1998 Limerick Senior Hurling Championship
- Dates: 26 June – 20 September 1998
- Teams: 16
- Sponsor: PMG Steel
- Champions: Ahane (17th title) Kevin Herbert (captain) Éamonn Meskell (manager)
- Runners-up: Patrickswell Declan O'Grady (captain) Phil Bennis (manager)
- Relegated: Old Christians

Tournament statistics
- Matches played: 36
- Goals scored: 116 (3.22 per match)
- Points scored: 809 (22.47 per match)
- Top scorer(s): Gary Kirby (4–54)

= 1998 Limerick Senior Hurling Championship =

Annual hurling competition season

The 1998 Limerick Senior Hurling Championship was the 104th staging of the Limerick Senior Hurling Championship since its establishment by the Limerick County Board in 1887. The draw for the group stage was made on 17 February 1998. The championship ran from 26 June to 20 September 1998.

Patrickswell entered the championship as the defending champions.

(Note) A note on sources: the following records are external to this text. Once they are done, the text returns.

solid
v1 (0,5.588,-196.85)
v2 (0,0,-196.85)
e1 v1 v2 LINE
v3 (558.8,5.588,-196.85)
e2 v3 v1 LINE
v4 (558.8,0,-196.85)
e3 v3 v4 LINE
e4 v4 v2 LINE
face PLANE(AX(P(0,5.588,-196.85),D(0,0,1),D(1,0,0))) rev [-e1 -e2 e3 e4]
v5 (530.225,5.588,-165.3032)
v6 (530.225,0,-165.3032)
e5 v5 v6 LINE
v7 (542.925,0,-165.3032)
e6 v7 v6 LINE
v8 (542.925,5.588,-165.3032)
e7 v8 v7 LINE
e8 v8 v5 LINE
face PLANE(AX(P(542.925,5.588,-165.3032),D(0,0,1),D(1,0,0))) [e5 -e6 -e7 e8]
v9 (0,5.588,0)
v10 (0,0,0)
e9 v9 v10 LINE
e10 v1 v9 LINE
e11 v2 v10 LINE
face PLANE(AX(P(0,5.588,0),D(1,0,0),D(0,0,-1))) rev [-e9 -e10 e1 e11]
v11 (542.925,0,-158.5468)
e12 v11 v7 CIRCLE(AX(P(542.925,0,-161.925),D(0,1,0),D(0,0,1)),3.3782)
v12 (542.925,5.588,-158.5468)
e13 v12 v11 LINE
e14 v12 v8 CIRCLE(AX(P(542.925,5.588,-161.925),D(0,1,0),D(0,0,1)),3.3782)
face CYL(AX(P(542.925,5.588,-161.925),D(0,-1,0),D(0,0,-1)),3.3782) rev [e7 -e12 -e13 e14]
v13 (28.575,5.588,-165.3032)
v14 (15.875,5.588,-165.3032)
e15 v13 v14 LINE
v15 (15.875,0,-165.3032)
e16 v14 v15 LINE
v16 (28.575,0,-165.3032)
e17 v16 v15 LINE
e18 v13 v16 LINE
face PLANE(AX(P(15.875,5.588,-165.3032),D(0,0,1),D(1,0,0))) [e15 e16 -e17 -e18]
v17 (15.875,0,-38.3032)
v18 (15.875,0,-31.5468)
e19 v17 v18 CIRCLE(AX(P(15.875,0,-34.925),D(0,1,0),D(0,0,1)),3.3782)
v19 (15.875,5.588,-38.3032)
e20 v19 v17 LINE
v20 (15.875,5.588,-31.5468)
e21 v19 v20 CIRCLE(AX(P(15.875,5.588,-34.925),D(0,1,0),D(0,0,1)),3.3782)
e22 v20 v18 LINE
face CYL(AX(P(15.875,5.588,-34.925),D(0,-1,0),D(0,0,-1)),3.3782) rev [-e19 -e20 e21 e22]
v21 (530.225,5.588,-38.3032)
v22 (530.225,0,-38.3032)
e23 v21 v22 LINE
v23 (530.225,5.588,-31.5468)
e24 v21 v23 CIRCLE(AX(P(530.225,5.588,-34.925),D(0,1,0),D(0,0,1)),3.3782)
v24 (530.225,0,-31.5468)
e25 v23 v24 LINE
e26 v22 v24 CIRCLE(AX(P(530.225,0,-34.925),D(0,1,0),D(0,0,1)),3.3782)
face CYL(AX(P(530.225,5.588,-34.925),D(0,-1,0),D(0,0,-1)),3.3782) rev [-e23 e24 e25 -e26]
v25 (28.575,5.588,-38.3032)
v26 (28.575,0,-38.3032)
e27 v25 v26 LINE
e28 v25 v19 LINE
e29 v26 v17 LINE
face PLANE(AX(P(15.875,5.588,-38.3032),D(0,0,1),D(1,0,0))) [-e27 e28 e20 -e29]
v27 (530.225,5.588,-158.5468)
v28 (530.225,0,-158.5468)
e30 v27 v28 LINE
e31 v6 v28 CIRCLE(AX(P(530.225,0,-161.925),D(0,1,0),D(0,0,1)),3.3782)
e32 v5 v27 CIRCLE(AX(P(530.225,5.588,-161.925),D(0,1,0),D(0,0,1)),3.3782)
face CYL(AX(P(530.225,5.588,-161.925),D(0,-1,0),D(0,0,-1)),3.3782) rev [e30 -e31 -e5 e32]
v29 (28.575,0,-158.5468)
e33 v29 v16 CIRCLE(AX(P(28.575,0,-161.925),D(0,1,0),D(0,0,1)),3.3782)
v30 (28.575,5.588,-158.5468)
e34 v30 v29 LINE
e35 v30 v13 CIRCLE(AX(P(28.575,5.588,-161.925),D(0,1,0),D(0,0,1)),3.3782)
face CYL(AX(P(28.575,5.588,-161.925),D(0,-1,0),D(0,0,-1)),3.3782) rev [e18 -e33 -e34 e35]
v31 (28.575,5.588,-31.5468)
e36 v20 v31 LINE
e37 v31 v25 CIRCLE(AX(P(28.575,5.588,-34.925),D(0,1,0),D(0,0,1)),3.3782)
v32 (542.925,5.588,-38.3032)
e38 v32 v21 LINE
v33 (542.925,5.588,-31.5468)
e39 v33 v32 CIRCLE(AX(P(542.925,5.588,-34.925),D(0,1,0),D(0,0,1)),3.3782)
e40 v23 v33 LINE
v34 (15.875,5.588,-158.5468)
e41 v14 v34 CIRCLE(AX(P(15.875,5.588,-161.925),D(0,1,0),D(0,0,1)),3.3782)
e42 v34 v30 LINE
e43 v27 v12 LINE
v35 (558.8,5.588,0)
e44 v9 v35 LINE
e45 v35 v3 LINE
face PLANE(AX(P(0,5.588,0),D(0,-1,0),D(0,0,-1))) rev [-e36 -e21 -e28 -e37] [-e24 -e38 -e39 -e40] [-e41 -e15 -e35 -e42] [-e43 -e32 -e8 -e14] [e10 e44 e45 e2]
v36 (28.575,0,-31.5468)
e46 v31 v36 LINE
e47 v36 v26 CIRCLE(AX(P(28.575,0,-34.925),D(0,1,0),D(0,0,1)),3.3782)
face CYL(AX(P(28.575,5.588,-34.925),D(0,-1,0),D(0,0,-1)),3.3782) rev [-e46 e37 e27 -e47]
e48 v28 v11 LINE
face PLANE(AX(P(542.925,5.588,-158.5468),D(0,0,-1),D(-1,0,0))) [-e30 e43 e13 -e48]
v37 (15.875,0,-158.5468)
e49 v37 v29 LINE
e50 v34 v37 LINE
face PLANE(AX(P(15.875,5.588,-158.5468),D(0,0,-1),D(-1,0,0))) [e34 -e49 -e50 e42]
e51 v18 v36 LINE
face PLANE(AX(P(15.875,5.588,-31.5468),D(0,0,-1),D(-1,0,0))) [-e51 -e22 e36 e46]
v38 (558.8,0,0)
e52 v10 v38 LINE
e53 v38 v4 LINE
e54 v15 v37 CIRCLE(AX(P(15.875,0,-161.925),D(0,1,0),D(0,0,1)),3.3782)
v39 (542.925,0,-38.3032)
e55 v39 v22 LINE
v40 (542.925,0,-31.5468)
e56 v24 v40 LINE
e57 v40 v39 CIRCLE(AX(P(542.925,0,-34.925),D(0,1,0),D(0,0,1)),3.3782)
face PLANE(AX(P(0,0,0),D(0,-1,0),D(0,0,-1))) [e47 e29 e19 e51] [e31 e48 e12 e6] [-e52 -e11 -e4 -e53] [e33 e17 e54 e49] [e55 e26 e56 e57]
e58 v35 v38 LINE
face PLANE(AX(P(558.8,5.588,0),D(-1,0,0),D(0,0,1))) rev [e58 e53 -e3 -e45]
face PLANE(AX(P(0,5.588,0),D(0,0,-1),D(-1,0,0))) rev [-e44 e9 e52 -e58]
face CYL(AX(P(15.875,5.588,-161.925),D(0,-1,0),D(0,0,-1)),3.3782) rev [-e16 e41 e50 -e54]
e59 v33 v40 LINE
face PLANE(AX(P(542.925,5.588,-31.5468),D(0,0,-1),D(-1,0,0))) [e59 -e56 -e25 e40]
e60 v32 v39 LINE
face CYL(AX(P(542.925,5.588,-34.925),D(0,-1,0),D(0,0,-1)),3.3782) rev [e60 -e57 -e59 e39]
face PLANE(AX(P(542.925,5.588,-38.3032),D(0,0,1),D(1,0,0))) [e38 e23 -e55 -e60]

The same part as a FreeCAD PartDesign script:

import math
import FreeCAD as App
import Part
import Sketcher
Q = App.Units.Quantity


def add_polygon(sketch, points):
    """Adds a closed chain of lines whose ends are joined by coincident constraints."""
    first, n = sketch.GeometryCount, len(points)
    for a, b in zip(points, points[1:] + points[:1]):
        sketch.addGeometry(Part.LineSegment(App.Vector(*a, 0), App.Vector(*b, 0)), False)
    for i in range(n):
        sketch.addConstraint(Sketcher.Constraint("Coincident", first + i, 2, first + (i + 1) % n, 1))

doc = App.newDocument("Part")
body = doc.addObject("PartDesign::Body", "Body")

sketch1 = body.newObject("Sketcher::SketchObject", "Sketch")
sketch1.AttachmentSupport = (doc.getObject("XZ_Plane"), [""])
sketch1.MapMode = "FlatFace"
add_polygon(sketch1, [(0, -196.85), (0, 0), (558.8, 0), (558.8, -196.85)])
sketch1.addGeometry(Part.ArcOfCircle(Part.Circle(App.Vector(15.875, -34.925, 0), App.Vector(0, 0, 1), 3.3782), math.radians(90), math.radians(270)), False)
sketch1.addGeometry(Part.LineSegment(App.Vector(15.875, -38.3032, 0), App.Vector(28.575, -38.3032, 0)), False)
sketch1.addGeometry(Part.ArcOfCircle(Part.Circle(App.Vector(28.575, -34.925, 0), App.Vector(0, 0, 1), 3.3782), math.radians(-90), math.radians(90)), False)
sketch1.addGeometry(Part.LineSegment(App.Vector(28.575, -31.5468, 0), App.Vector(15.875, -31.5468, 0)), False)
sketch1.addGeometry(Part.ArcOfCircle(Part.Circle(App.Vector(542.925, -34.925, 0), App.Vector(0, 0, 1), 3.3782), math.radians(-90), math.radians(90)), False)
sketch1.addGeometry(Part.LineSegment(App.Vector(542.925, -31.5468, 0), App.Vector(530.225, -31.5468, 0)), False)
sketch1.addGeometry(Part.ArcOfCircle(Part.Circle(App.Vector(530.225, -34.925, 0), App.Vector(0, 0, 1), 3.3782), math.radians(90), math.radians(270)), False)
sketch1.addGeometry(Part.LineSegment(App.Vector(530.225, -38.3032, 0), App.Vector(542.925, -38.3032, 0)), False)
sketch1.addGeometry(Part.ArcOfCircle(Part.Circle(App.Vector(15.875, -161.925, 0), App.Vector(0, 0, 1), 3.3782), math.radians(90), math.radians(270)), False)
sketch1.addGeometry(Part.LineSegment(App.Vector(15.875, -165.3032, 0), App.Vector(28.575, -165.3032, 0)), False)
sketch1.addGeometry(Part.ArcOfCircle(Part.Circle(App.Vector(28.575, -161.925, 0), App.Vector(0, 0, 1), 3.3782), math.radians(-90), math.radians(90)), False)
sketch1.addGeometry(Part.LineSegment(App.Vector(28.575, -158.5468, 0), App.Vector(15.875, -158.5468, 0)), False)
sketch1.addGeometry(Part.ArcOfCircle(Part.Circle(App.Vector(542.925, -161.925, 0), App.Vector(0, 0, 1), 3.3782), math.radians(-90), math.radians(90)), False)
sketch1.addGeometry(Part.LineSegment(App.Vector(542.925, -158.5468, 0), App.Vector(530.225, -158.5468, 0)), False)
sketch1.addGeometry(Part.ArcOfCircle(Part.Circle(App.Vector(530.225, -161.925, 0), App.Vector(0, 0, 1), 3.3782), math.radians(90), math.radians(270)), False)
sketch1.addGeometry(Part.LineSegment(App.Vector(530.225, -165.3032, 0), App.Vector(542.925, -165.3032, 0)), False)
sketch1.addConstraint(Sketcher.Constraint("Tangent", 4, 2, 5, 1))
sketch1.addConstraint(Sketcher.Constraint("Tangent", 5, 2, 6, 1))
sketch1.addConstraint(Sketcher.Constraint("Tangent", 6, 2, 7, 1))
sketch1.addConstraint(Sketcher.Constraint("Tangent", 7, 2, 4, 1))
sketch1.addConstraint(Sketcher.Constraint("Tangent", 8, 2, 9, 1))
sketch1.addConstraint(Sketcher.Constraint("Tangent", 9, 2, 10, 1))
sketch1.addConstraint(Sketcher.Constraint("Tangent", 10, 2, 11, 1))
sketch1.addConstraint(Sketcher.Constraint("Tangent", 11, 2, 8, 1))
sketch1.addConstraint(Sketcher.Constraint("Tangent", 12, 2, 13, 1))
sketch1.addConstraint(Sketcher.Constraint("Tangent", 13, 2, 14, 1))
sketch1.addConstraint(Sketcher.Constraint("Tangent", 14, 2, 15, 1))
sketch1.addConstraint(Sketcher.Constraint("Tangent", 15, 2, 12, 1))
sketch1.addConstraint(Sketcher.Constraint("Tangent", 16, 2, 17, 1))
sketch1.addConstraint(Sketcher.Constraint("Tangent", 17, 2, 18, 1))
sketch1.addConstraint(Sketcher.Constraint("Tangent", 18, 2, 19, 1))
sketch1.addConstraint(Sketcher.Constraint("Tangent", 19, 2, 16, 1))
sketch1.addConstraint(Sketcher.Constraint("Vertical", 0))
sketch1.addConstraint(Sketcher.Constraint("Horizontal", 1))
sketch1.addConstraint(Sketcher.Constraint("Vertical", 2))
sketch1.addConstraint(Sketcher.Constraint("Horizontal", 3))
sketch1.addConstraint(Sketcher.Constraint("Horizontal", 5))
sketch1.addConstraint(Sketcher.Constraint("Horizontal", 7))
sketch1.addConstraint(Sketcher.Constraint("Horizontal", 9))
sketch1.addConstraint(Sketcher.Constraint("Horizontal", 11))
sketch1.addConstraint(Sketcher.Constraint("Horizontal", 13))
sketch1.addConstraint(Sketcher.Constraint("Horizontal", 15))
sketch1.addConstraint(Sketcher.Constraint("Horizontal", 17))
sketch1.addConstraint(Sketcher.Constraint("Horizontal", 19))
sketch1.addConstraint(Sketcher.Constraint("Coincident", 0, 2, -1, 1))
sketch1.addConstraint(Sketcher.Constraint("Equal", 6, 8))
sketch1.addConstraint(Sketcher.Constraint("Equal", 10, 12))
sketch1.addConstraint(Sketcher.Constraint("Equal", 14, 16))
sketch1.addConstraint(Sketcher.Constraint("Horizontal", 6, 3, 8, 3))
sketch1.addConstraint(Sketcher.Constraint("Horizontal", 14, 3, 16, 3))
sketch1.addConstraint(Sketcher.Constraint("Vertical", 4, 3, 12, 3))
sketch1.addConstraint(Sketcher.Constraint("Vertical", 6, 3, 14, 3))
sketch1.addConstraint(Sketcher.Constraint("Vertical", 8, 3, 16, 3))
sketch1.addConstraint(Sketcher.Constraint("Vertical", 10, 3, 18, 3))
sketch1.addConstraint(Sketcher.Constraint("Equal", 7, 9))
sketch1.addConstraint(Sketcher.Constraint("DistanceX", 1, 1, 1, 2, Q("22 in")))
sketch1.addConstraint(Sketcher.Constraint("DistanceX", 5, 1, 5, 2, Q("0.5 in")))
sketch1.addConstraint(Sketcher.Constraint("Radius", 4, Q("0.133 in")))
sketch1.addConstraint(Sketcher.Constraint("DistanceY", 12, 3, 4, 3, Q("5 in")))
sketch1.addConstraint(Sketcher.Constraint("DistanceY", 0, 1, 0, 2, Q("7.75 in")))
sketch1.addConstraint(Sketcher.Constraint("DistanceX", 6, 3, 8, 3, Q("20.25 in")))
sketch1.addConstraint(Sketcher.Constraint("DistanceX", -1, 1, 4, 3, Q("0.625 in")))
sketch1.addConstraint(Sketcher.Constraint("DistanceY", 4, 3, -1, 1, Q("1.375 in")))
pad1 = body.newObject("PartDesign::Pad", "Pad")
pad1.Profile = sketch1
pad1.Length = Q("0.22 in")
pad1.Reversed = True

doc.recompute()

The final was played on 20 September 1998 at the Gaelic Grounds in Limerick, between Patrickswell and Ahane, in what was their first ever meeting in the final. Ahane won the match by 1–11 to 0–09 to claim a record-breaking 17th championship title overall and a first title in 43 years.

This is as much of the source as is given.